ASSIGNMENT:
Return the lines below exactly as they appear, please, starting with the first and ending with the one that contains "#56=CARTESIAN_POINT('',(-32.668928,3.,-10.5));".

Saved entries:
######
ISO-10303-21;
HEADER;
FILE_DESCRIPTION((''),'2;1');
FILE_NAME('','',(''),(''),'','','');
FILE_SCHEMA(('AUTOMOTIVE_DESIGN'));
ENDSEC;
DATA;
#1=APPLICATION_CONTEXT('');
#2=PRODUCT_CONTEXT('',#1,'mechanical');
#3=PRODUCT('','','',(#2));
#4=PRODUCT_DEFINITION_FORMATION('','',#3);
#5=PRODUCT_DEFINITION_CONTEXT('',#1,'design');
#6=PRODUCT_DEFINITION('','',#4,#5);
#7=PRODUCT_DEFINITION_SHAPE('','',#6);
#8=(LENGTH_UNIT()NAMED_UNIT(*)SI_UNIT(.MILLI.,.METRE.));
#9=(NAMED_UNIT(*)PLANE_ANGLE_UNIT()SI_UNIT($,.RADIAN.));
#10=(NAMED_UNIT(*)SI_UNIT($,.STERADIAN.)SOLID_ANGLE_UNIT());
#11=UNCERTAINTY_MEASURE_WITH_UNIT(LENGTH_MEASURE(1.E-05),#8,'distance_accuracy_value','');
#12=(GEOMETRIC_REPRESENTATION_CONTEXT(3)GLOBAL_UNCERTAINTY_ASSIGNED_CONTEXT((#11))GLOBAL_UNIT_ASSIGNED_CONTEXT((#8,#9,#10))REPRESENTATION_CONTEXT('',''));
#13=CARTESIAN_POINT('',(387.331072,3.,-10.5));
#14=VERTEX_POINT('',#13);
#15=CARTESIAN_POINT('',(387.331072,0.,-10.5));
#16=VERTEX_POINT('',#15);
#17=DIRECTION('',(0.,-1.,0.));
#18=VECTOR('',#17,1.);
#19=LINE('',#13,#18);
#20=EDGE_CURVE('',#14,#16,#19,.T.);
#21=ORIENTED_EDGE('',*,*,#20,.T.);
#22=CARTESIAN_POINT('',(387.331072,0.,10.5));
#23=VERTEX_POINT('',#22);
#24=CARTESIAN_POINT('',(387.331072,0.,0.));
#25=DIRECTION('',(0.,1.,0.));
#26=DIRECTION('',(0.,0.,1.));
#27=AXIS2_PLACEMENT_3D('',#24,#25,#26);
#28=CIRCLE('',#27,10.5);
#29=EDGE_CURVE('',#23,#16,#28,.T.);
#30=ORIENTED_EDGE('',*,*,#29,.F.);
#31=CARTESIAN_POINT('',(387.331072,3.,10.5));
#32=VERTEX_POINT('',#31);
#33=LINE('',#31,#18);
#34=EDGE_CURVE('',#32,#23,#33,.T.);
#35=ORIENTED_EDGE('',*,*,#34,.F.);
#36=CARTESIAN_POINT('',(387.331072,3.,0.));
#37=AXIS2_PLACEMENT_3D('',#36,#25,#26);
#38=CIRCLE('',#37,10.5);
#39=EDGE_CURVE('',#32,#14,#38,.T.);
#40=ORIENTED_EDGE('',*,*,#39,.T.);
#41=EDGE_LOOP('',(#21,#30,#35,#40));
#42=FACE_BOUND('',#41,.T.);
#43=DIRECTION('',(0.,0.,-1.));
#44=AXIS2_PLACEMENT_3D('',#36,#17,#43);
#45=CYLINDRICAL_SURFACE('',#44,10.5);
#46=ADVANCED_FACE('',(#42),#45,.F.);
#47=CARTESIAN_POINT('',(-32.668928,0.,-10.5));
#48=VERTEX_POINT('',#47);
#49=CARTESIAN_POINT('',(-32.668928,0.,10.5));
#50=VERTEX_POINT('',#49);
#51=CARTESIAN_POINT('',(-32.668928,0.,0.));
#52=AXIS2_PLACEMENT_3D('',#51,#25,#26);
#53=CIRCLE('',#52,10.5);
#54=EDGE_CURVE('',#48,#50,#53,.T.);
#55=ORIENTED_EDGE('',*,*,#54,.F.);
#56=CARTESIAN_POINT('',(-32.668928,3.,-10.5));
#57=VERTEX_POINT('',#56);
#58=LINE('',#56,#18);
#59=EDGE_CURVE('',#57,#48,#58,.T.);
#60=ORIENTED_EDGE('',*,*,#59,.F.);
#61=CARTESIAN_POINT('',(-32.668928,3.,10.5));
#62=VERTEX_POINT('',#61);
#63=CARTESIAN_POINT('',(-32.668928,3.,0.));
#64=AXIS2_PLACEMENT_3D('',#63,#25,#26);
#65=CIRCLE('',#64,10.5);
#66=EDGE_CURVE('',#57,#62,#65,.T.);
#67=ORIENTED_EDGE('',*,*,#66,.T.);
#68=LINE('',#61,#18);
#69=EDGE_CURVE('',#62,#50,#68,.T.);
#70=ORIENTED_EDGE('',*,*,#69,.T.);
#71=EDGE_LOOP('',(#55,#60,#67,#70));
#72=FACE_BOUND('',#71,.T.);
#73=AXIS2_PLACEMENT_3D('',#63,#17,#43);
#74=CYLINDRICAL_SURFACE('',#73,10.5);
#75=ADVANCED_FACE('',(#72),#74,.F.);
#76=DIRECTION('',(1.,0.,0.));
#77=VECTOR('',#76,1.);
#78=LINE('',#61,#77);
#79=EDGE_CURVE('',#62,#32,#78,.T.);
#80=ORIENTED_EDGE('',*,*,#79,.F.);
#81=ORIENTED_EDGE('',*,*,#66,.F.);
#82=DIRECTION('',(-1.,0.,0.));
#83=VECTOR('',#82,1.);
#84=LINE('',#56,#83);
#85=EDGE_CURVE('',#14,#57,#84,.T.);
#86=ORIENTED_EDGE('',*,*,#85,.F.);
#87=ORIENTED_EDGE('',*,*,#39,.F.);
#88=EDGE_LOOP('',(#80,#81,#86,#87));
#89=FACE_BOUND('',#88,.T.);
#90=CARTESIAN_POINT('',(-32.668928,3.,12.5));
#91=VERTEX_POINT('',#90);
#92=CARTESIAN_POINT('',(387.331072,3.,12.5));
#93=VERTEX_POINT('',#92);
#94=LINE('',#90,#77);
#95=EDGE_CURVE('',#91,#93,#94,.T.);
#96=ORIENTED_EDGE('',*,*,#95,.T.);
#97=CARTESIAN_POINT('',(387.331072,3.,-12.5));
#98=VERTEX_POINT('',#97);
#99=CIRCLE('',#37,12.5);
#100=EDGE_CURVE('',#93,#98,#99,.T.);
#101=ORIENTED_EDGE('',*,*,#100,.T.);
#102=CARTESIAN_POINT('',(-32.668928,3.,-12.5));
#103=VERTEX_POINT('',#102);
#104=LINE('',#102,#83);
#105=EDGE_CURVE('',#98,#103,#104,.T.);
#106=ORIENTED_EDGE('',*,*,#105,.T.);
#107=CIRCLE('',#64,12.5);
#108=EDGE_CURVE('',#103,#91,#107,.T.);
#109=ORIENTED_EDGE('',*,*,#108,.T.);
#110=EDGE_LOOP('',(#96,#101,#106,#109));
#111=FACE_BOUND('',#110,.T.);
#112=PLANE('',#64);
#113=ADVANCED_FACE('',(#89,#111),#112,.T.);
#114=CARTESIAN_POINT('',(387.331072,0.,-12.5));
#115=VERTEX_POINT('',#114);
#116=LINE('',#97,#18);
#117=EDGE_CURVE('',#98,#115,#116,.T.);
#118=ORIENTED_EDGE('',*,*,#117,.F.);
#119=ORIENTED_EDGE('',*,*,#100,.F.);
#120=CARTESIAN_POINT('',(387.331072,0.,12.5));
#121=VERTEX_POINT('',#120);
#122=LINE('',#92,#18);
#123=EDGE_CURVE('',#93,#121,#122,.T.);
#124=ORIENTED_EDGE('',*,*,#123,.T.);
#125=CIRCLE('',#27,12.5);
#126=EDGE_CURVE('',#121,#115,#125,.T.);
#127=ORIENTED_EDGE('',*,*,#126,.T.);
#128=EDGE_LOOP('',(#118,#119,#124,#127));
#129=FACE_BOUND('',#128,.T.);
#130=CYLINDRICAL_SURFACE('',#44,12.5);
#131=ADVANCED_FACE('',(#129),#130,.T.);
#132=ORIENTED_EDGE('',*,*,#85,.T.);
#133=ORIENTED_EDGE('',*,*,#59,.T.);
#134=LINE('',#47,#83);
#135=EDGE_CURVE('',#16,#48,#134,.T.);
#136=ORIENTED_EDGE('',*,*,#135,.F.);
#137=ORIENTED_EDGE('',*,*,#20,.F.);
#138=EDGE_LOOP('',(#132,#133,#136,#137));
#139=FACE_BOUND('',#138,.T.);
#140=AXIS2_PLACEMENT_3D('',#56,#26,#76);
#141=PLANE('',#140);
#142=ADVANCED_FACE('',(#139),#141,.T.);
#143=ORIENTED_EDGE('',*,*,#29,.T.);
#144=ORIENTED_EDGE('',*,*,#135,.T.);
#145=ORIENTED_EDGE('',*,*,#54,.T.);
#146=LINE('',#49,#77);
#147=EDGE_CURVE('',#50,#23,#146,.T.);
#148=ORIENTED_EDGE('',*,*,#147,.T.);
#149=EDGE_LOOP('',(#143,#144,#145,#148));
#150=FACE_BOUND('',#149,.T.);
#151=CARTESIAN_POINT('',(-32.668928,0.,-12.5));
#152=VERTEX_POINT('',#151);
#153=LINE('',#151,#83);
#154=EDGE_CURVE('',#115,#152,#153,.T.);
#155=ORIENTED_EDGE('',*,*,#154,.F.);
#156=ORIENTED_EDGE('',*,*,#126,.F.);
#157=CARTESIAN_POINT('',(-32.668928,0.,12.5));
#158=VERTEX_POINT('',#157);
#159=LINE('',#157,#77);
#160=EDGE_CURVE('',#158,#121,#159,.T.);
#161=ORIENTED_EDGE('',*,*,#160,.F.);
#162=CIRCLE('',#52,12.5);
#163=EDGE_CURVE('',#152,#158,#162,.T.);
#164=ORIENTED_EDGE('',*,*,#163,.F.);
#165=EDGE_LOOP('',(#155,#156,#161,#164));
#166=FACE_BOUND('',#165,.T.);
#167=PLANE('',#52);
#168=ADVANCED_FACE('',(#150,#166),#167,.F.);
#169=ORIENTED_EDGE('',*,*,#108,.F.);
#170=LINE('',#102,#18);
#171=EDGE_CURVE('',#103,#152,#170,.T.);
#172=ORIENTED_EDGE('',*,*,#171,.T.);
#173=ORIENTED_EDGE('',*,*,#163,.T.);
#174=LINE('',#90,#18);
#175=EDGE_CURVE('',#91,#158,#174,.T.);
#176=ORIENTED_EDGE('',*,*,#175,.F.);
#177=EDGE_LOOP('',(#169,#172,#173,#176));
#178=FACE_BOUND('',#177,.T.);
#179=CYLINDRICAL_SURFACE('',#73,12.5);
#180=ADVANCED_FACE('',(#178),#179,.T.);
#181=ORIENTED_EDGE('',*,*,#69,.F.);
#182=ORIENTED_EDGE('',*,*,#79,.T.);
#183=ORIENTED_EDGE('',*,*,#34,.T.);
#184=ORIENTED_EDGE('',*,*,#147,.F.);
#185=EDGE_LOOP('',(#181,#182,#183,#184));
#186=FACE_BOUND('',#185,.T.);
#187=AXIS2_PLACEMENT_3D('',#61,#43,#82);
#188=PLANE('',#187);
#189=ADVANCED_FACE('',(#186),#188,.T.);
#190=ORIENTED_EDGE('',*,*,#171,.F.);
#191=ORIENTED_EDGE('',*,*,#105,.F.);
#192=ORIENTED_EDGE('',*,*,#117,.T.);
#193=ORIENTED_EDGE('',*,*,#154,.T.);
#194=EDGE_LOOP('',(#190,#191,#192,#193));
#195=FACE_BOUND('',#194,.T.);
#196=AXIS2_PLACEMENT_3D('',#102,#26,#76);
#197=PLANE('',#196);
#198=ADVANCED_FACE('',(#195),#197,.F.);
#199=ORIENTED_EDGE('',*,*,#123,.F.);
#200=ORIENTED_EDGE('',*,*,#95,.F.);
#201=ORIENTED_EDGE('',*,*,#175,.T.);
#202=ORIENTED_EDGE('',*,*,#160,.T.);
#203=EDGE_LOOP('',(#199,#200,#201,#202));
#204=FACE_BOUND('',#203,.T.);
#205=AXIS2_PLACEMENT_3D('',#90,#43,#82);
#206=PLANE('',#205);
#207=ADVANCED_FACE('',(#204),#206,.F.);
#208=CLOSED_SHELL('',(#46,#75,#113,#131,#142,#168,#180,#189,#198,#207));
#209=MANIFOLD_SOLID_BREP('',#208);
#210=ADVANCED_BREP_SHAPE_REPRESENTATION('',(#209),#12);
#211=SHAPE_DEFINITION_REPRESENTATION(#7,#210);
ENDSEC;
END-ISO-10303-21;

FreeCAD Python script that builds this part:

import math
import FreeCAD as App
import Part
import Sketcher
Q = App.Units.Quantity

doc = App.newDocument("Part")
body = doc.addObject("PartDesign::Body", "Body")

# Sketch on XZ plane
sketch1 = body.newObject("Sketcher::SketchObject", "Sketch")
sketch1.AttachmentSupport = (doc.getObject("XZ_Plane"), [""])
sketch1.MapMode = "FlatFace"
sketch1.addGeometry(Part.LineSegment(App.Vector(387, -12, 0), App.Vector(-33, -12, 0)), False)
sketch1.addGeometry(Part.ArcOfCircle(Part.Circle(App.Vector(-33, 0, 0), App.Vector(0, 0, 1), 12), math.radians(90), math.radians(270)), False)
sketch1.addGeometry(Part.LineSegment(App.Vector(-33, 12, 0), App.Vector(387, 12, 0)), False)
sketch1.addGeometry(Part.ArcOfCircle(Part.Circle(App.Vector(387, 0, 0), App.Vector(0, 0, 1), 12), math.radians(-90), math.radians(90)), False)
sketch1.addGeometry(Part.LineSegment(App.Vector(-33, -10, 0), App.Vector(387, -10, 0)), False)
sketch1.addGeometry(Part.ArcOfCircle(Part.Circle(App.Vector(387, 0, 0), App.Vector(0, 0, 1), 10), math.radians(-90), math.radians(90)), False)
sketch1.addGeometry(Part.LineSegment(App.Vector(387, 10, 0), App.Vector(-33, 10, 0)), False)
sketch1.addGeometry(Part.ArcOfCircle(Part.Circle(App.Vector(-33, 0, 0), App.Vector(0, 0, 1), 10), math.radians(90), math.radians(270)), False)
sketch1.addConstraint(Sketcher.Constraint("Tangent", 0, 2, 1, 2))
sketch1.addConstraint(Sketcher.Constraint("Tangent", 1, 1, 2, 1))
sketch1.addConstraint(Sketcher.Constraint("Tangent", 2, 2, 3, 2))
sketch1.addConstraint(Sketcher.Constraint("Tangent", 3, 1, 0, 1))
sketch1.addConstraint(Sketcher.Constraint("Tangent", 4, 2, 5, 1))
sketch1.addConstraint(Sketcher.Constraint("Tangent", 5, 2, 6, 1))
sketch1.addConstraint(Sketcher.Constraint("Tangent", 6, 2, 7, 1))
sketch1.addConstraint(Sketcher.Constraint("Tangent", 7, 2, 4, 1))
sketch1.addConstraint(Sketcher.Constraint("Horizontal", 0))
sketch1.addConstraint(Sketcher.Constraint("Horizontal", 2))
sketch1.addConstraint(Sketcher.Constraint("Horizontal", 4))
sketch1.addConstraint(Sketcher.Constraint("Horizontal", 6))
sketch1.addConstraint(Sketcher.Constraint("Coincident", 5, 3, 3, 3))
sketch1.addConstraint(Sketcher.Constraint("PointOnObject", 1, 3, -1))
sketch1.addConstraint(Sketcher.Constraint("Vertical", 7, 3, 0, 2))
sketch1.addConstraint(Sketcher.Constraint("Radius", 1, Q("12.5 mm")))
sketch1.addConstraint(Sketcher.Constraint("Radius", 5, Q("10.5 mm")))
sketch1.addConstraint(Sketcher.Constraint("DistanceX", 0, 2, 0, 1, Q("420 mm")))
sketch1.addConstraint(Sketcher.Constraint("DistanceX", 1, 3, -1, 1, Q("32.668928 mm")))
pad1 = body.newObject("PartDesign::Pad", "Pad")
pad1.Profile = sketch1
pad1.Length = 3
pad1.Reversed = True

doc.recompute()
######
ANSWER FOR THE TASK:
ISO-10303-21;
HEADER;
FILE_DESCRIPTION((''),'2;1');
FILE_NAME('','',(''),(''),'','','');
FILE_SCHEMA(('AUTOMOTIVE_DESIGN'));
ENDSEC;
DATA;
#1=APPLICATION_CONTEXT('');
#2=PRODUCT_CONTEXT('',#1,'mechanical');
#3=PRODUCT('','','',(#2));
#4=PRODUCT_DEFINITION_FORMATION('','',#3);
#5=PRODUCT_DEFINITION_CONTEXT('',#1,'design');
#6=PRODUCT_DEFINITION('','',#4,#5);
#7=PRODUCT_DEFINITION_SHAPE('','',#6);
#8=(LENGTH_UNIT()NAMED_UNIT(*)SI_UNIT(.MILLI.,.METRE.));
#9=(NAMED_UNIT(*)PLANE_ANGLE_UNIT()SI_UNIT($,.RADIAN.));
#10=(NAMED_UNIT(*)SI_UNIT($,.STERADIAN.)SOLID_ANGLE_UNIT());
#11=UNCERTAINTY_MEASURE_WITH_UNIT(LENGTH_MEASURE(1.E-05),#8,'distance_accuracy_value','');
#12=(GEOMETRIC_REPRESENTATION_CONTEXT(3)GLOBAL_UNCERTAINTY_ASSIGNED_CONTEXT((#11))GLOBAL_UNIT_ASSIGNED_CONTEXT((#8,#9,#10))REPRESENTATION_CONTEXT('',''));
#13=CARTESIAN_POINT('',(387.331072,3.,-10.5));
#14=VERTEX_POINT('',#13);
#15=CARTESIAN_POINT('',(387.331072,0.,-10.5));
#16=VERTEX_POINT('',#15);
#17=DIRECTION('',(0.,-1.,0.));
#18=VECTOR('',#17,1.);
#19=LINE('',#13,#18);
#20=EDGE_CURVE('',#14,#16,#19,.T.);
#21=ORIENTED_EDGE('',*,*,#20,.T.);
#22=CARTESIAN_POINT('',(387.331072,0.,10.5));
#23=VERTEX_POINT('',#22);
#24=CARTESIAN_POINT('',(387.331072,0.,0.));
#25=DIRECTION('',(0.,1.,0.));
#26=DIRECTION('',(0.,0.,1.));
#27=AXIS2_PLACEMENT_3D('',#24,#25,#26);
#28=CIRCLE('',#27,10.5);
#29=EDGE_CURVE('',#23,#16,#28,.T.);
#30=ORIENTED_EDGE('',*,*,#29,.F.);
#31=CARTESIAN_POINT('',(387.331072,3.,10.5));
#32=VERTEX_POINT('',#31);
#33=LINE('',#31,#18);
#34=EDGE_CURVE('',#32,#23,#33,.T.);
#35=ORIENTED_EDGE('',*,*,#34,.F.);
#36=CARTESIAN_POINT('',(387.331072,3.,0.));
#37=AXIS2_PLACEMENT_3D('',#36,#25,#26);
#38=CIRCLE('',#37,10.5);
#39=EDGE_CURVE('',#32,#14,#38,.T.);
#40=ORIENTED_EDGE('',*,*,#39,.T.);
#41=EDGE_LOOP('',(#21,#30,#35,#40));
#42=FACE_BOUND('',#41,.T.);
#43=DIRECTION('',(0.,0.,-1.));
#44=AXIS2_PLACEMENT_3D('',#36,#17,#43);
#45=CYLINDRICAL_SURFACE('',#44,10.5);
#46=ADVANCED_FACE('',(#42),#45,.F.);
#47=CARTESIAN_POINT('',(-32.668928,0.,-10.5));
#48=VERTEX_POINT('',#47);
#49=CARTESIAN_POINT('',(-32.668928,0.,10.5));
#50=VERTEX_POINT('',#49);
#51=CARTESIAN_POINT('',(-32.668928,0.,0.));
#52=AXIS2_PLACEMENT_3D('',#51,#25,#26);
#53=CIRCLE('',#52,10.5);
#54=EDGE_CURVE('',#48,#50,#53,.T.);
#55=ORIENTED_EDGE('',*,*,#54,.F.);
#56=CARTESIAN_POINT('',(-32.668928,3.,-10.5));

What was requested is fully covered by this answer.